EXERCISE OBJECTIVE:
Across the data below, count every line where the string "thickness" appears. Answer with the number alone.

ENTRIES SUPPLIED:
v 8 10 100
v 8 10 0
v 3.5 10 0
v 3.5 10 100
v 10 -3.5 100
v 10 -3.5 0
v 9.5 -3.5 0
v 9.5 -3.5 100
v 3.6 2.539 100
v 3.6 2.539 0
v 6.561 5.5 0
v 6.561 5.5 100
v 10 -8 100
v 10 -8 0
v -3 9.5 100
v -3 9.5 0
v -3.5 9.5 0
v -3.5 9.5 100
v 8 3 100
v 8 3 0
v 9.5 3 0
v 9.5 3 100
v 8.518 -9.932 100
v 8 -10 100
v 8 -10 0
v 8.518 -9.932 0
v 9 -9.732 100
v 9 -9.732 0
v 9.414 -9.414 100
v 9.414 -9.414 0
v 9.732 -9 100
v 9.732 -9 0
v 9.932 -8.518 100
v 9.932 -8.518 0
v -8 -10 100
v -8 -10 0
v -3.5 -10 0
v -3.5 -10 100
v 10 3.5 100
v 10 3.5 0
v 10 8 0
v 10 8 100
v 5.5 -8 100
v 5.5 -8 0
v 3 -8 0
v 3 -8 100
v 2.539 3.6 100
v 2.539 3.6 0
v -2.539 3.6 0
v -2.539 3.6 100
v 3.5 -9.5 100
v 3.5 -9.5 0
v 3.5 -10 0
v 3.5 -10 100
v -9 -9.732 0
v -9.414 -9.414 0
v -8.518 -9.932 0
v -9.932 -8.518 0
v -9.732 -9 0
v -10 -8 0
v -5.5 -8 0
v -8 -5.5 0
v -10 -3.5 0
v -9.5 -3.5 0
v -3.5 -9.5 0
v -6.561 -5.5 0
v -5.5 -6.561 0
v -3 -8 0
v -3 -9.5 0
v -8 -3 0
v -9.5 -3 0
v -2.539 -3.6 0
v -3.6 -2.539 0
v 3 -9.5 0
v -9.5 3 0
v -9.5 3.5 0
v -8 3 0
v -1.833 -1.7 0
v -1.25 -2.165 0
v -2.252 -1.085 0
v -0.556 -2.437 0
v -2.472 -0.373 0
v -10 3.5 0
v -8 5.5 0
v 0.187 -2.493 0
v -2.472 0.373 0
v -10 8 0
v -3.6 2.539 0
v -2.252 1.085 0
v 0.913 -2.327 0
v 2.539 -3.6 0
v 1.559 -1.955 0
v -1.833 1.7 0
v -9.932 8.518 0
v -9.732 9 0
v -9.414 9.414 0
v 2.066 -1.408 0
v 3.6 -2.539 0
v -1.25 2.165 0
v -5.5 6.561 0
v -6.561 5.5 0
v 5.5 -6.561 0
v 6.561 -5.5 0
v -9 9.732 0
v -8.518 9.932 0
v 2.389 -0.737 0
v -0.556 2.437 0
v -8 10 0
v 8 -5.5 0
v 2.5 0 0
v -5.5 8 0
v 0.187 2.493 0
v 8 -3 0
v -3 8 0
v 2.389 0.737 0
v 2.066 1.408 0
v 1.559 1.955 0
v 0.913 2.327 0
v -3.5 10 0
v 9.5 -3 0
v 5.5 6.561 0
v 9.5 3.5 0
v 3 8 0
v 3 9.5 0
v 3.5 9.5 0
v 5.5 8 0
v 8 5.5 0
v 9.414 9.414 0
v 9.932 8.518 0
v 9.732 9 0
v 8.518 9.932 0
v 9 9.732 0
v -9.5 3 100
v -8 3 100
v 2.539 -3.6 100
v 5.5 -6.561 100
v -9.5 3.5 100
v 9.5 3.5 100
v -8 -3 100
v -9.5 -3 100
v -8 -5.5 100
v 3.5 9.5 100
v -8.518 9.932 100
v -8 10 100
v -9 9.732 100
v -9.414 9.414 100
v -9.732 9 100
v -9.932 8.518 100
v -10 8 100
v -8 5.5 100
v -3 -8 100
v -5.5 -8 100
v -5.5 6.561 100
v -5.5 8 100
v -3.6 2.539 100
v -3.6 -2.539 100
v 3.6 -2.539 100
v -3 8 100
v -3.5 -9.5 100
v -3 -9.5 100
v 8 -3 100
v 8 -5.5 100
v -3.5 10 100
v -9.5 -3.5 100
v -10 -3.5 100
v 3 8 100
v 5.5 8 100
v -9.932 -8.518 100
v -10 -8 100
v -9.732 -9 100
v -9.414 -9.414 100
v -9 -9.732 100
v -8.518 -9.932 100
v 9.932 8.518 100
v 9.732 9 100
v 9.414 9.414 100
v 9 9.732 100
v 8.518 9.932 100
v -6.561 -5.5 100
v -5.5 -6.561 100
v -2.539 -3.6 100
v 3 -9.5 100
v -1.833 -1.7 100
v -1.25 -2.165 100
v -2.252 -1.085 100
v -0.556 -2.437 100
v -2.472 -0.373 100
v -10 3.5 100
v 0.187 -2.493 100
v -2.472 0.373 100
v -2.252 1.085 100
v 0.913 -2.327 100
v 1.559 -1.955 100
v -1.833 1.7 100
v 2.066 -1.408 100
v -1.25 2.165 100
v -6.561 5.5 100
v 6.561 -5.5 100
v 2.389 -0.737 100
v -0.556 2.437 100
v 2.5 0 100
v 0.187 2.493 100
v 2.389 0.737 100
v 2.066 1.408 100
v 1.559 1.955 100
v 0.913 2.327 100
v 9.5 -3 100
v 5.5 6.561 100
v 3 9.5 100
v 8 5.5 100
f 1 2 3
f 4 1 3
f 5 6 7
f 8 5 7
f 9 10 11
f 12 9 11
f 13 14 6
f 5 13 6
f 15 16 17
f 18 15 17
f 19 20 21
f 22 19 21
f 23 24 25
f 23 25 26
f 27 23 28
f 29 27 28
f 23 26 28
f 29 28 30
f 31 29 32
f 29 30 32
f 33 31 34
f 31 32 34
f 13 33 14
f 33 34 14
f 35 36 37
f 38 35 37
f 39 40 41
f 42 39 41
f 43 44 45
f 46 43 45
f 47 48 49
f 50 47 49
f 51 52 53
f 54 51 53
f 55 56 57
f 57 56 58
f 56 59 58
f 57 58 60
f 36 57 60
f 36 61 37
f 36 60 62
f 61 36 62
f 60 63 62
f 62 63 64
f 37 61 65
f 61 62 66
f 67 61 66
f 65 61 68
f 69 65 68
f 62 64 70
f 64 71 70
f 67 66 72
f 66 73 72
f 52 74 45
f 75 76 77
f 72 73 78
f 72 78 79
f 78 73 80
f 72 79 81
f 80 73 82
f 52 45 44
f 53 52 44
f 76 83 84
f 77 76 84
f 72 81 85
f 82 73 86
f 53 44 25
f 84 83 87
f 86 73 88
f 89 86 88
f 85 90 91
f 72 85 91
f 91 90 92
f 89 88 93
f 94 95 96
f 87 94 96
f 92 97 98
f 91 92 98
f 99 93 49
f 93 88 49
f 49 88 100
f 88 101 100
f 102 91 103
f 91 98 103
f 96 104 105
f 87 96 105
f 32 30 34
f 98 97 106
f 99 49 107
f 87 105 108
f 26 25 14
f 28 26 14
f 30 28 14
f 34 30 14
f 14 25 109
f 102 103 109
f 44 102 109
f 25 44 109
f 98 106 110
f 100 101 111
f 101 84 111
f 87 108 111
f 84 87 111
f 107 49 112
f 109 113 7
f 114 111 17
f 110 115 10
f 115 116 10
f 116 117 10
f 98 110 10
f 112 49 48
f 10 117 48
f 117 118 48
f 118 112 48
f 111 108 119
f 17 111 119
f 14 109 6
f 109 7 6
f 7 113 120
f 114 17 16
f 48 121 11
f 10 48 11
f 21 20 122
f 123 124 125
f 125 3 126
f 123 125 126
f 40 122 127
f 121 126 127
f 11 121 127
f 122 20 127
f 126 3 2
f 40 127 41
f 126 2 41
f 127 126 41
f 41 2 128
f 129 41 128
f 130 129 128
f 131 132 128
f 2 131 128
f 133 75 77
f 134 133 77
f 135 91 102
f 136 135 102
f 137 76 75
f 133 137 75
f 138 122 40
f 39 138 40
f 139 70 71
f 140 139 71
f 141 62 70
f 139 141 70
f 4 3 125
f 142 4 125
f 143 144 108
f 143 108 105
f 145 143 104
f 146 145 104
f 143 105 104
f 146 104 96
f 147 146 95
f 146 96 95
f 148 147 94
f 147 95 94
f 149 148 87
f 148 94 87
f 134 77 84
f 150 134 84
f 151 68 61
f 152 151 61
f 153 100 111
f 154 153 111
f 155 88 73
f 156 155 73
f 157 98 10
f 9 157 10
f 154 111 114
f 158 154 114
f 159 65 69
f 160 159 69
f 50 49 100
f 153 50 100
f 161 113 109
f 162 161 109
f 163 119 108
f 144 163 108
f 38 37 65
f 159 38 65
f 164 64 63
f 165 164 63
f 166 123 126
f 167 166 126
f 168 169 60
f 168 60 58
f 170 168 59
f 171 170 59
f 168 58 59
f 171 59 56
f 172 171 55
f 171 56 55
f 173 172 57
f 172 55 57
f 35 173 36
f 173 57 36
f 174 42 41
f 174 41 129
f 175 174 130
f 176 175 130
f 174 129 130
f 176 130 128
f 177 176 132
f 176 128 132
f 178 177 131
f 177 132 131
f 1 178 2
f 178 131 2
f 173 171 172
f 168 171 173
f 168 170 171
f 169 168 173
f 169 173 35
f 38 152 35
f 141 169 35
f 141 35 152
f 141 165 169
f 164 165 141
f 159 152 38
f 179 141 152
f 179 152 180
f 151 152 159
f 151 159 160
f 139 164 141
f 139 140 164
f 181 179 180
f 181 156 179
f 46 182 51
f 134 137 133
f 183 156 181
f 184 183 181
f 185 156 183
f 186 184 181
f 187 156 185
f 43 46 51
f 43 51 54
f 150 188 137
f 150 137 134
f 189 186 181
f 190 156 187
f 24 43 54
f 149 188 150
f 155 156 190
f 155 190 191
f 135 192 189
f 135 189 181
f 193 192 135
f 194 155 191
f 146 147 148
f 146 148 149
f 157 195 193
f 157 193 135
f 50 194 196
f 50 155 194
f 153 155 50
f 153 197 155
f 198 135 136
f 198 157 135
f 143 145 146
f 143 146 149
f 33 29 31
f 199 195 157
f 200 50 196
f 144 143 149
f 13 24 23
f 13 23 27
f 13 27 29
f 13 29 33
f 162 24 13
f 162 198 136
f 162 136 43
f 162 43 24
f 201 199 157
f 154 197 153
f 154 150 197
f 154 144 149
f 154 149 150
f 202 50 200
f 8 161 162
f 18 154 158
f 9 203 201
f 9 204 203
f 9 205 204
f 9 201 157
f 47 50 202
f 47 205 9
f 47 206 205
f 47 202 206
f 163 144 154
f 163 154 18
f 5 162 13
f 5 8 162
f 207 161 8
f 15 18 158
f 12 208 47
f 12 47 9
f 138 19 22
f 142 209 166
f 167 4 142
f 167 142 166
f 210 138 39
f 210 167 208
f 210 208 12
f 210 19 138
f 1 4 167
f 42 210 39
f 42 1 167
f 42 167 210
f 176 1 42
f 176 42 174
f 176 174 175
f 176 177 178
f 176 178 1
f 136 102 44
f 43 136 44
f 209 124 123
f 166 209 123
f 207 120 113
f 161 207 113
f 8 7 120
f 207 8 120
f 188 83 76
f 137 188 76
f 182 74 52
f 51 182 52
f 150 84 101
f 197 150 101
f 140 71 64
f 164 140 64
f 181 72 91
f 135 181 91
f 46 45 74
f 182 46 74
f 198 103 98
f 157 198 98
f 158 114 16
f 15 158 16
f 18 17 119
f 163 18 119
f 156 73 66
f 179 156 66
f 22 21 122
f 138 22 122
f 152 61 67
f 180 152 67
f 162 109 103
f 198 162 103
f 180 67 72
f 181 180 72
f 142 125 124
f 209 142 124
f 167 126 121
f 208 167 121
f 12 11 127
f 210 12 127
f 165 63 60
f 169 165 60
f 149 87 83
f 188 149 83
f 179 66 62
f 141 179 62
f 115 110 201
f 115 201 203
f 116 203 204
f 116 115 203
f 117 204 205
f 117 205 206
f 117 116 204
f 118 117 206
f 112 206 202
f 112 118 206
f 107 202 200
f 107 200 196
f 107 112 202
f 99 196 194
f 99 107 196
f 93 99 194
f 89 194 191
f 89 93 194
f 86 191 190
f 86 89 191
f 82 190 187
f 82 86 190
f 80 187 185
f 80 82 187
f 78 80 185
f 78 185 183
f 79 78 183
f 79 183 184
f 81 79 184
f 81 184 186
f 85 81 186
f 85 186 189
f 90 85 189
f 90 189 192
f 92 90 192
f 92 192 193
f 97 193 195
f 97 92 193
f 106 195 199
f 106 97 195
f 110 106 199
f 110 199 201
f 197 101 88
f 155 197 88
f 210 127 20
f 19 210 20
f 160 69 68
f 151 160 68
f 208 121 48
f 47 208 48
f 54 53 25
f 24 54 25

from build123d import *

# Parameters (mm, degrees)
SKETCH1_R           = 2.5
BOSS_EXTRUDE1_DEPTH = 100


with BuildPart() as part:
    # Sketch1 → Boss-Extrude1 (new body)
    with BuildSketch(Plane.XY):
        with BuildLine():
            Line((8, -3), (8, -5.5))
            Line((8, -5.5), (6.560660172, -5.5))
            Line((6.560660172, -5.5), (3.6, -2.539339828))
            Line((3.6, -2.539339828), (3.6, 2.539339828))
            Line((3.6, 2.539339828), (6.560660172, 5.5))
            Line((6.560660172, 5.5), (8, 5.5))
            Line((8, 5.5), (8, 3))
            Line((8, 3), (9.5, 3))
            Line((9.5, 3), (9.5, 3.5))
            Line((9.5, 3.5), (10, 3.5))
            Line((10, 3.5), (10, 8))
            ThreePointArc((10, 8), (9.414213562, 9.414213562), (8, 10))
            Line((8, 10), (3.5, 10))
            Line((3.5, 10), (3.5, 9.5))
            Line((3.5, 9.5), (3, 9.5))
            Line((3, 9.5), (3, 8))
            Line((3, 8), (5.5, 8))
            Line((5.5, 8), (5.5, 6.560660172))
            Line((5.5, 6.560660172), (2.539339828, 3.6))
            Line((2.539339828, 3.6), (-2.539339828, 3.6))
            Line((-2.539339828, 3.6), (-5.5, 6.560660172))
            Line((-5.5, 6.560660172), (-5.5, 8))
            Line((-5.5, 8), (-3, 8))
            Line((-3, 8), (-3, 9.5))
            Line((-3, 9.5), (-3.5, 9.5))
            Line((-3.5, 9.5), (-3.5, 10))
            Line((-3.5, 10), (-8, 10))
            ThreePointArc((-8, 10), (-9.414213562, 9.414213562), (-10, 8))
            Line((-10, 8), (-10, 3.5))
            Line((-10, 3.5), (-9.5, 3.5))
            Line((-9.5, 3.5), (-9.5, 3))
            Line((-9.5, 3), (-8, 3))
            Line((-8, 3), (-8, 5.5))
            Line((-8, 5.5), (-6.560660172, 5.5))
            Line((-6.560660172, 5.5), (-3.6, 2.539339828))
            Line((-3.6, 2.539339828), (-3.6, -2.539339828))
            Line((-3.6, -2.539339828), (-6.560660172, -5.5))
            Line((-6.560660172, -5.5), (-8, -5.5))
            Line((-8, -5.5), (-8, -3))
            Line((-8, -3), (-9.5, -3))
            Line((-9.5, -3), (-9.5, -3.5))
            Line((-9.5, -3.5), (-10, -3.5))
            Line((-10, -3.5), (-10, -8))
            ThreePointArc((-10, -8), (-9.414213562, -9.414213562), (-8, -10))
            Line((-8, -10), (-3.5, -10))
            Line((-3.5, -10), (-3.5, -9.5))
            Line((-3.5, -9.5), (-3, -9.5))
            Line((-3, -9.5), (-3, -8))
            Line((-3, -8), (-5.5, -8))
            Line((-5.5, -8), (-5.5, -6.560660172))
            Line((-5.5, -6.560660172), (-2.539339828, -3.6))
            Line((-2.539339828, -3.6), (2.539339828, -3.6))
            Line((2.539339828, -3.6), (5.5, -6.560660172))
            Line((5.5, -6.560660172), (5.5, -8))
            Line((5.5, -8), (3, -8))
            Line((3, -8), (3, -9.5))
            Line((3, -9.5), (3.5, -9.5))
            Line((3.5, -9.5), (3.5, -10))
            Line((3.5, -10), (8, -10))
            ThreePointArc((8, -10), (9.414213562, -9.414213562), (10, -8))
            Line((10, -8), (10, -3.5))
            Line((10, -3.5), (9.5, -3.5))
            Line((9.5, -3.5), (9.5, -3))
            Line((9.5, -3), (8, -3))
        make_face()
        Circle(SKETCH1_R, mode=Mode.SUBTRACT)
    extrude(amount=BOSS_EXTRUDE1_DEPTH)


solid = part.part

--

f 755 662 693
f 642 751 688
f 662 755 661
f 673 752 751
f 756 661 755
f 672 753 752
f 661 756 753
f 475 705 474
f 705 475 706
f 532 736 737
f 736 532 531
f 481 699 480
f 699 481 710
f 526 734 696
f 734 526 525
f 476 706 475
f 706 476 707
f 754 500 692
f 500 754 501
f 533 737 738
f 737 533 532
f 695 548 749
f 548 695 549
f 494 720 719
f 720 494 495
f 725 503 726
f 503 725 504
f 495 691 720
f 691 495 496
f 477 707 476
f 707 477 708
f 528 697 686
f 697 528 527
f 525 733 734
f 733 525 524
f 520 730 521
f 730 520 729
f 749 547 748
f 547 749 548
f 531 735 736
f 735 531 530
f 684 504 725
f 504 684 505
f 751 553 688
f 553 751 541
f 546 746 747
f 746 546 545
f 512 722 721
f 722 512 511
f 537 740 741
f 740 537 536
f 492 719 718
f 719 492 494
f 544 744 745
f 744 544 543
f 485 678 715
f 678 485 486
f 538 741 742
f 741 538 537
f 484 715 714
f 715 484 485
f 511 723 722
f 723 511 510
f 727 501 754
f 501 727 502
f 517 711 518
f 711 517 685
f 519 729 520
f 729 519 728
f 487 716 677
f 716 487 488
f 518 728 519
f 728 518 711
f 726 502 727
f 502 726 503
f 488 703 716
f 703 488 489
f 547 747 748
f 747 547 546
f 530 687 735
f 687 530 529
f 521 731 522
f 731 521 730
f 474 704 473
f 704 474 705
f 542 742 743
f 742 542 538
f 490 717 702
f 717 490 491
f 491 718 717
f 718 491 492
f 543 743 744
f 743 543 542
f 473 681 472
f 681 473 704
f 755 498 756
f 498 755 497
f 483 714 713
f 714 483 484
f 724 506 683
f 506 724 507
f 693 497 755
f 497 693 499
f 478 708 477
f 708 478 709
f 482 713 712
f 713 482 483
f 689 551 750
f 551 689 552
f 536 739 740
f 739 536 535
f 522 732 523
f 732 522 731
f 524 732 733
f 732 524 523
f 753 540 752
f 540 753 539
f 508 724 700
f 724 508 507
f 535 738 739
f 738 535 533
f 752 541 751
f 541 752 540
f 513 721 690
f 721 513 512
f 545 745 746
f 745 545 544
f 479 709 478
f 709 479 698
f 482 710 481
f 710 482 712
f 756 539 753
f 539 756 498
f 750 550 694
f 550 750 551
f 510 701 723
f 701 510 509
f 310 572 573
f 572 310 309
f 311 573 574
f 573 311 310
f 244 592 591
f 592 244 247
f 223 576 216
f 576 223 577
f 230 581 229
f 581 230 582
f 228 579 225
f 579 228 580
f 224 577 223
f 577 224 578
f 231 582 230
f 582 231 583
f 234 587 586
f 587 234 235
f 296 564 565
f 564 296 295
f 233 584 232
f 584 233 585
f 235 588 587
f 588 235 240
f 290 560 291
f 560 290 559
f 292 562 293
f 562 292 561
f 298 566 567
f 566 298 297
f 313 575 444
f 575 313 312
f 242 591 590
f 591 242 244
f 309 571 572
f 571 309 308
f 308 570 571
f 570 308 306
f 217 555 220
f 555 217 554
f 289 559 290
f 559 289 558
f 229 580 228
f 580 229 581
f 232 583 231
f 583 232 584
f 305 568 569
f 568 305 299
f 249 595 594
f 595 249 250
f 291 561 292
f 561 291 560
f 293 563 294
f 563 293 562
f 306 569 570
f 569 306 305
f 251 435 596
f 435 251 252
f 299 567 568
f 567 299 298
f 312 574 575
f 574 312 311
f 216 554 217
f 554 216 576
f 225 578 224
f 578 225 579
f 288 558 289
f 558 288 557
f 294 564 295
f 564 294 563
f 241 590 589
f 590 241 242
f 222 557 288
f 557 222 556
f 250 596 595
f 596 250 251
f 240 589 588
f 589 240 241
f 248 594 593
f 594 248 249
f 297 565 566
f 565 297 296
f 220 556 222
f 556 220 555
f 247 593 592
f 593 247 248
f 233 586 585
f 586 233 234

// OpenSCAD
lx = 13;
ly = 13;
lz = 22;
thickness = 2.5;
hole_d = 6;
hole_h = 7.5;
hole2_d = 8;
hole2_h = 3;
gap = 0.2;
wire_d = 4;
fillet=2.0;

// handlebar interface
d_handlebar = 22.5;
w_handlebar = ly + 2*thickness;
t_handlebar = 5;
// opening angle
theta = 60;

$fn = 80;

EXERCISE SOLUTION:
2